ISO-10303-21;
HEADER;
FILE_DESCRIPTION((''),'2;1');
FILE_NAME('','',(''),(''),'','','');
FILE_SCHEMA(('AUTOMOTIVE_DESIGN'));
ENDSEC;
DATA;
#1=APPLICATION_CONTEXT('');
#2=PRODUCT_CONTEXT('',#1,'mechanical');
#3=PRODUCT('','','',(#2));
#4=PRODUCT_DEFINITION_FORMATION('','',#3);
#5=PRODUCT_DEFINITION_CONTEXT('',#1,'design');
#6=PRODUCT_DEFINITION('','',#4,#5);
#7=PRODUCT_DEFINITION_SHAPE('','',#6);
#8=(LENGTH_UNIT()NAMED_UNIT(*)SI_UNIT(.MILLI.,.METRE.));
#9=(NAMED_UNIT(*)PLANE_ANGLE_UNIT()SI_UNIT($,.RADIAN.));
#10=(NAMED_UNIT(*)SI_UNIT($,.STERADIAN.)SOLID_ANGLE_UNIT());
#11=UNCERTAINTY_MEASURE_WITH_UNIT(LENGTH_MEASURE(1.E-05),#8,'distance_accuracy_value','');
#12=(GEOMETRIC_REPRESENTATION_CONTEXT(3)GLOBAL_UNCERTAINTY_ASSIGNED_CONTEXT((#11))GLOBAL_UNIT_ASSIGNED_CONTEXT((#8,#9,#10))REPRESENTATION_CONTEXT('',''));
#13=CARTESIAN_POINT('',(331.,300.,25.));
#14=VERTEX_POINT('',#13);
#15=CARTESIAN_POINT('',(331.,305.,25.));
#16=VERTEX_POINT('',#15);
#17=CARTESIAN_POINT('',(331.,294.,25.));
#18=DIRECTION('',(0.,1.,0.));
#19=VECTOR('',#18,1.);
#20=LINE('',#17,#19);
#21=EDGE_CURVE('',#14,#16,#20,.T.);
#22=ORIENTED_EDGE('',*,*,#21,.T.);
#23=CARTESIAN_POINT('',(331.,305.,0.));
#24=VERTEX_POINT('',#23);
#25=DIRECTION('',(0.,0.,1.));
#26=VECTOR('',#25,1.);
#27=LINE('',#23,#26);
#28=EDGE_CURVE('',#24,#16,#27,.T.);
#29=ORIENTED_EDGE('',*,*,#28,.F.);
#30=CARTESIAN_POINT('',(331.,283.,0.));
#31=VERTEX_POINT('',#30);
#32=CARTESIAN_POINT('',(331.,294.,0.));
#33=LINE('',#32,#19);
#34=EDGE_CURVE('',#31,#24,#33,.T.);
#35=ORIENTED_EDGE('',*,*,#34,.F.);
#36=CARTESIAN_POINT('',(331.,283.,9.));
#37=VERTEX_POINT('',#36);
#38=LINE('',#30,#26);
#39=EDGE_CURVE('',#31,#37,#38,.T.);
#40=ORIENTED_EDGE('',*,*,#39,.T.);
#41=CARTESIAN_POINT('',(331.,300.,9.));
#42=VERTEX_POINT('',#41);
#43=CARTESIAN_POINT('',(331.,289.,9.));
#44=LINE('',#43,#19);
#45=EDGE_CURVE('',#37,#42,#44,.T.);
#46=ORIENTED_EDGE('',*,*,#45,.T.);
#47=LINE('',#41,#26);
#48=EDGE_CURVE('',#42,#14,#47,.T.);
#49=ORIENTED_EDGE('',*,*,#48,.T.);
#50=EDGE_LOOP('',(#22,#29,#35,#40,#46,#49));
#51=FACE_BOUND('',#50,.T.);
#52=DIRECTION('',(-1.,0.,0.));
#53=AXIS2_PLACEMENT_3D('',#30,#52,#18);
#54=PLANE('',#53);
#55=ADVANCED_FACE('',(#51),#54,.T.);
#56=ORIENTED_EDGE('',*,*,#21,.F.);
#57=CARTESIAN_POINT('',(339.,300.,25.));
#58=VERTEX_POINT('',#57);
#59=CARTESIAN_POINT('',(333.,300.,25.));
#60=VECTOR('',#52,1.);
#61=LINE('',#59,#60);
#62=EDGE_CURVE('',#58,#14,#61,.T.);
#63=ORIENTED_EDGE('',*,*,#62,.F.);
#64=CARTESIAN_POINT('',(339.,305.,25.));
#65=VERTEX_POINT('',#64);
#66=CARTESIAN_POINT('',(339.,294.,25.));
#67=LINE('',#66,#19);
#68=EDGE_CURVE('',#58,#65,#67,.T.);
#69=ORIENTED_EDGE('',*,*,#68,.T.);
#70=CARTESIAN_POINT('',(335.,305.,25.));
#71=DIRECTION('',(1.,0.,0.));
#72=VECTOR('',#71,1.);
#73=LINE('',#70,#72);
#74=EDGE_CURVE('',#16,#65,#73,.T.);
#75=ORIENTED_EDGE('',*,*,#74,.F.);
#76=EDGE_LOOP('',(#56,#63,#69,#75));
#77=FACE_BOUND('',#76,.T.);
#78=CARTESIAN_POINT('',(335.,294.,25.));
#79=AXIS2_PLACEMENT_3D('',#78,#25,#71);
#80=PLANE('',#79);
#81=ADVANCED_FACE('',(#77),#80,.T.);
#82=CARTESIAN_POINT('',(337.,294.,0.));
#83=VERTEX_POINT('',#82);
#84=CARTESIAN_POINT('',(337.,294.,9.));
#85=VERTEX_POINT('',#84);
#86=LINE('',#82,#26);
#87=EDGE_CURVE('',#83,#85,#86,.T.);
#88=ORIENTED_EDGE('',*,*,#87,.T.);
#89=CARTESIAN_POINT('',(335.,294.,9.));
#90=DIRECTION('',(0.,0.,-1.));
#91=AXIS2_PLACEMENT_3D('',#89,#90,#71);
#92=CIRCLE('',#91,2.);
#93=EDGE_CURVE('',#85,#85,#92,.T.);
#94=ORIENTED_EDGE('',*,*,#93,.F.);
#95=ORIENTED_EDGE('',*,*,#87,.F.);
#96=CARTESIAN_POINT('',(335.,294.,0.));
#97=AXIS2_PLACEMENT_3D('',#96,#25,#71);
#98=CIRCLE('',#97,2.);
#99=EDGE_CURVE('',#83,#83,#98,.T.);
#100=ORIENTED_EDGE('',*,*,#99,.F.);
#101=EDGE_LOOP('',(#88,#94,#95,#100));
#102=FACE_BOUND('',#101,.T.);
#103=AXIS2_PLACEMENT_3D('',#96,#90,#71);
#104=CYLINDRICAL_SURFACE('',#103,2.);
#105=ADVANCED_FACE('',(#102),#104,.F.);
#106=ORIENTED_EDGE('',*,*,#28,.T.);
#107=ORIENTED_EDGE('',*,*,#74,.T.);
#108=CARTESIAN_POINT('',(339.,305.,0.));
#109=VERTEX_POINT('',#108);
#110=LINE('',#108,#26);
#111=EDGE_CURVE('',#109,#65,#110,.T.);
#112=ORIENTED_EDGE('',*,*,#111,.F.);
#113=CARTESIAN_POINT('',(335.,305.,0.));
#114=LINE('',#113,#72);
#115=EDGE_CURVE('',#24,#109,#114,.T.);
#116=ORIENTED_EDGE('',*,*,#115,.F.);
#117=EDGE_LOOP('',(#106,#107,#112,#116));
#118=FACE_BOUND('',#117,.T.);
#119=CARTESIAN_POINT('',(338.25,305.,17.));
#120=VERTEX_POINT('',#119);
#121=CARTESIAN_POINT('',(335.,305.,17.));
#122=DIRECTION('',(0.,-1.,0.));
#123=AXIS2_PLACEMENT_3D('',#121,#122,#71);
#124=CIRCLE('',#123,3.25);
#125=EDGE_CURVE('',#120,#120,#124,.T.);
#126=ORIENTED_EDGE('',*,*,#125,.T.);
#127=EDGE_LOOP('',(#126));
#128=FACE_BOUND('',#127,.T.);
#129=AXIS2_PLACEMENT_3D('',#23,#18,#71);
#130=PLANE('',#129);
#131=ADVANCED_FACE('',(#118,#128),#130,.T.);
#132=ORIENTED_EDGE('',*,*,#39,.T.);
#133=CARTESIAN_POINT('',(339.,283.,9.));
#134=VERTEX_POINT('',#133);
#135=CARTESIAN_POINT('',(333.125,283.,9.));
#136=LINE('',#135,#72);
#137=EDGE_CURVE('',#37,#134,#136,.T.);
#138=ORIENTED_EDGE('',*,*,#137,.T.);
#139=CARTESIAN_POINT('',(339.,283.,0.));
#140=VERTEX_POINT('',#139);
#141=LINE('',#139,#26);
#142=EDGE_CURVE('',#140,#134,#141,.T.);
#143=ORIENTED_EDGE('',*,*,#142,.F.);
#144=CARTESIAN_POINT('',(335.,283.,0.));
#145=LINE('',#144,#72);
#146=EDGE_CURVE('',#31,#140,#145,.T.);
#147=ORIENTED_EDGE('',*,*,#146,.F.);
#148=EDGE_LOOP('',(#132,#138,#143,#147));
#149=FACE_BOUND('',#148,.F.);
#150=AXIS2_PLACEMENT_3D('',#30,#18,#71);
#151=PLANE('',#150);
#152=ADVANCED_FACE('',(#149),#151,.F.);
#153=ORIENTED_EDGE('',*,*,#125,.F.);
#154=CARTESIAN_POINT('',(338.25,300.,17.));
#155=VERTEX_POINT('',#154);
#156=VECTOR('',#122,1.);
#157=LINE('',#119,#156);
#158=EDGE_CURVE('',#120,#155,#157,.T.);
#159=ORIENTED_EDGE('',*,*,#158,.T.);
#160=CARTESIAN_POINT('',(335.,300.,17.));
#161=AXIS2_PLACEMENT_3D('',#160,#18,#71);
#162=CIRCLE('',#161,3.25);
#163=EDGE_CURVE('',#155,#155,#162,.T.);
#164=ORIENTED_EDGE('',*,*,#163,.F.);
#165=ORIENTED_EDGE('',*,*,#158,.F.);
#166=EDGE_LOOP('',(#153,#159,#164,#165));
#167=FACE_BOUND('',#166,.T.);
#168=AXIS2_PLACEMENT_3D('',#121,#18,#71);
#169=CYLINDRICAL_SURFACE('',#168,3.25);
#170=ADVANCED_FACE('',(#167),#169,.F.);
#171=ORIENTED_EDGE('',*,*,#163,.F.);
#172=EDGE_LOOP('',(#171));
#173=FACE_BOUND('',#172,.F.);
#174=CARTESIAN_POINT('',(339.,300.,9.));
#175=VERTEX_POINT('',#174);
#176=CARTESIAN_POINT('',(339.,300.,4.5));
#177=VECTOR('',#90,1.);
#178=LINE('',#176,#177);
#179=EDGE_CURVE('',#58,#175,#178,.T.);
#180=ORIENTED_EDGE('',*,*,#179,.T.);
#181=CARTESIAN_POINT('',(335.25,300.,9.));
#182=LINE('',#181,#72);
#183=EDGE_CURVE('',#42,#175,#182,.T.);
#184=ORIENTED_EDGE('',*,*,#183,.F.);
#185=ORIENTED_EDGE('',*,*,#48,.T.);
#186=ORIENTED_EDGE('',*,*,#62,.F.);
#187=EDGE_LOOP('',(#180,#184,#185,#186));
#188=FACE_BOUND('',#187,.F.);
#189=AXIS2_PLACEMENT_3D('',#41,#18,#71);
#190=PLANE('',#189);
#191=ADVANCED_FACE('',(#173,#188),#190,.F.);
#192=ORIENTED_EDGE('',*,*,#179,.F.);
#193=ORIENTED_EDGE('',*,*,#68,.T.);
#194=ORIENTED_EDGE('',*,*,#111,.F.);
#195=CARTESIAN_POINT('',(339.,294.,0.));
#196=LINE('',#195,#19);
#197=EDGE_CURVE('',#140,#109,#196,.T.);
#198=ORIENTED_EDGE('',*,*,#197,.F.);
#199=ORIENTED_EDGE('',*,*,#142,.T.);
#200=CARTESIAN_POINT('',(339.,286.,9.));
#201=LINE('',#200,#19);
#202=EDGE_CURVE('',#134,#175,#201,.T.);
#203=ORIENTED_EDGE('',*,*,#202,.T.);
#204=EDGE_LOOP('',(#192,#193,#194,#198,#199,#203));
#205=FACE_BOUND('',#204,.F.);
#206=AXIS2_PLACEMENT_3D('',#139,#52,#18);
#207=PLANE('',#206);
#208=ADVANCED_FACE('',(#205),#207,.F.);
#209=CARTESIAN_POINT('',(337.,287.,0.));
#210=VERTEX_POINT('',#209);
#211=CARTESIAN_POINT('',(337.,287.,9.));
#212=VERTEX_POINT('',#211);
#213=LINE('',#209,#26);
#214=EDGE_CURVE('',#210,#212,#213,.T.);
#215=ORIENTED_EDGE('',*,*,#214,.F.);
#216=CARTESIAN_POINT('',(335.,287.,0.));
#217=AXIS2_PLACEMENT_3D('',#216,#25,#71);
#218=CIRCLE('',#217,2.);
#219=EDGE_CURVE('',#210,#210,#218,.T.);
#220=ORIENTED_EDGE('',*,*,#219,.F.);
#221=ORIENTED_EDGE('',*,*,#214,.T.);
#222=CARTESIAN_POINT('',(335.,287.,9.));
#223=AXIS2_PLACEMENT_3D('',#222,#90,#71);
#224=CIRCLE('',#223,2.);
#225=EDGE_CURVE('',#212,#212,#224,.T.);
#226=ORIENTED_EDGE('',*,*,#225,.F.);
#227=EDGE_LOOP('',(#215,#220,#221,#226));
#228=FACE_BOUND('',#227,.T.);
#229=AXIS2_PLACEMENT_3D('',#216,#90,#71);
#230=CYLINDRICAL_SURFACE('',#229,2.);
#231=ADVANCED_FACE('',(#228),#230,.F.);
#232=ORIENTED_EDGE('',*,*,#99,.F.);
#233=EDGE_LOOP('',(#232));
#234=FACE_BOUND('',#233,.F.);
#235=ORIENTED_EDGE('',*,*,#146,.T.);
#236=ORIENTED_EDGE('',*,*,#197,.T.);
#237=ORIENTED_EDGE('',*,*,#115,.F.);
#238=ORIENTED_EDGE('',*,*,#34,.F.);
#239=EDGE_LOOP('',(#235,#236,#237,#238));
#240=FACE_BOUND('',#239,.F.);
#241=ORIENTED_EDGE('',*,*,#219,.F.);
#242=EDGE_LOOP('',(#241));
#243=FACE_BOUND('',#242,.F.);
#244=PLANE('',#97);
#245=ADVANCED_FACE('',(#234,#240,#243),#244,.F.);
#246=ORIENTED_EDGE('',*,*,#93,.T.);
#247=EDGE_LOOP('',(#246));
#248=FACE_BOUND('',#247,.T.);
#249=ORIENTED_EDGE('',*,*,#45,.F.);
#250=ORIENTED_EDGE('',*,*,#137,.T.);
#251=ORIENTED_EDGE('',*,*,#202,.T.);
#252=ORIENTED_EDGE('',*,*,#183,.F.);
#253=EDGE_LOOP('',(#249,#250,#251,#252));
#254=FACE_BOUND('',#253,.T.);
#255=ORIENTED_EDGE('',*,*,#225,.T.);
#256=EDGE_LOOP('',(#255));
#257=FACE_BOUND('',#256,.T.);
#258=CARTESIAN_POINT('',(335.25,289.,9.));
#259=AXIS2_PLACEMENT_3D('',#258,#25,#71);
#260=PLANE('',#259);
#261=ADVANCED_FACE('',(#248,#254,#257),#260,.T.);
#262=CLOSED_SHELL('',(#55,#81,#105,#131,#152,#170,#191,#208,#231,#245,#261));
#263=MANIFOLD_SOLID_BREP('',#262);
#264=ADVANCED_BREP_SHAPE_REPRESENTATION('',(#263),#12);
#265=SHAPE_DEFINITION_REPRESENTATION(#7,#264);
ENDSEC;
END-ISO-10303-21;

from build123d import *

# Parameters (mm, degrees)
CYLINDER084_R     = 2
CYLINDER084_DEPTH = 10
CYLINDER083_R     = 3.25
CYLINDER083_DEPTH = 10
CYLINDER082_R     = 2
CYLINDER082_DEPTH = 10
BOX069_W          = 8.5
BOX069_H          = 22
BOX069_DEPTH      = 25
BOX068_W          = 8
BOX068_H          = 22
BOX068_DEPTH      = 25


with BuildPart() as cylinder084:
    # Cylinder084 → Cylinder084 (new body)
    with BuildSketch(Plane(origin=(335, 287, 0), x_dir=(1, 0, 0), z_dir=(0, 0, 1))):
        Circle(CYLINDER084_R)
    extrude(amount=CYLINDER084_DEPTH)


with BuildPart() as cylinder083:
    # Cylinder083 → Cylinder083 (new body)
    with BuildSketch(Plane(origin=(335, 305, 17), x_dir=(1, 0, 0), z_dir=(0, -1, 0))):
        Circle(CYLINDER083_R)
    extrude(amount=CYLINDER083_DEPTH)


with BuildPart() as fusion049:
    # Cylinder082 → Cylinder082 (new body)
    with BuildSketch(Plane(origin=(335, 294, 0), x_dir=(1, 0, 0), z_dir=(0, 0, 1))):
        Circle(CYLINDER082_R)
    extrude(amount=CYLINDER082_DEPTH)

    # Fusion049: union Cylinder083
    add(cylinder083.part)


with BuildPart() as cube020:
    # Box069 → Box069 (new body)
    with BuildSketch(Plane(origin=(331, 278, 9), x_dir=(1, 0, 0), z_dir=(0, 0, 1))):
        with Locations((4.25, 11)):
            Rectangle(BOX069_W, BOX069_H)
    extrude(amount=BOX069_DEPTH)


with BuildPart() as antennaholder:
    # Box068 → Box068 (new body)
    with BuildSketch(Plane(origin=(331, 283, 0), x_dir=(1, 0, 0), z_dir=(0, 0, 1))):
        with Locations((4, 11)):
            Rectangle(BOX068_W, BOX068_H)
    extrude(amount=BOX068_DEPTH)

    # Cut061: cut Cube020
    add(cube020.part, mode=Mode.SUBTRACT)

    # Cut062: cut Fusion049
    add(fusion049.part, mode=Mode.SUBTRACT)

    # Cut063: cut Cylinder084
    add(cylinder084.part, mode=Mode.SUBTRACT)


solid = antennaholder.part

PROBLEM TO WORK ON:
Keep to the lines above, from the first one through the line where "#5=PRODUCT_DEFINITION_CONTEXT('',#1,'design');" appears, and copy them exactly.

OUTPUT BELOW:
ISO-10303-21;
HEADER;
FILE_DESCRIPTION((''),'2;1');
FILE_NAME('','',(''),(''),'','','');
FILE_SCHEMA(('AUTOMOTIVE_DESIGN'));
ENDSEC;
DATA;
#1=APPLICATION_CONTEXT('');
#2=PRODUCT_CONTEXT('',#1,'mechanical');
#3=PRODUCT('','','',(#2));
#4=PRODUCT_DEFINITION_FORMATION('','',#3);
#5=PRODUCT_DEFINITION_CONTEXT('',#1,'design');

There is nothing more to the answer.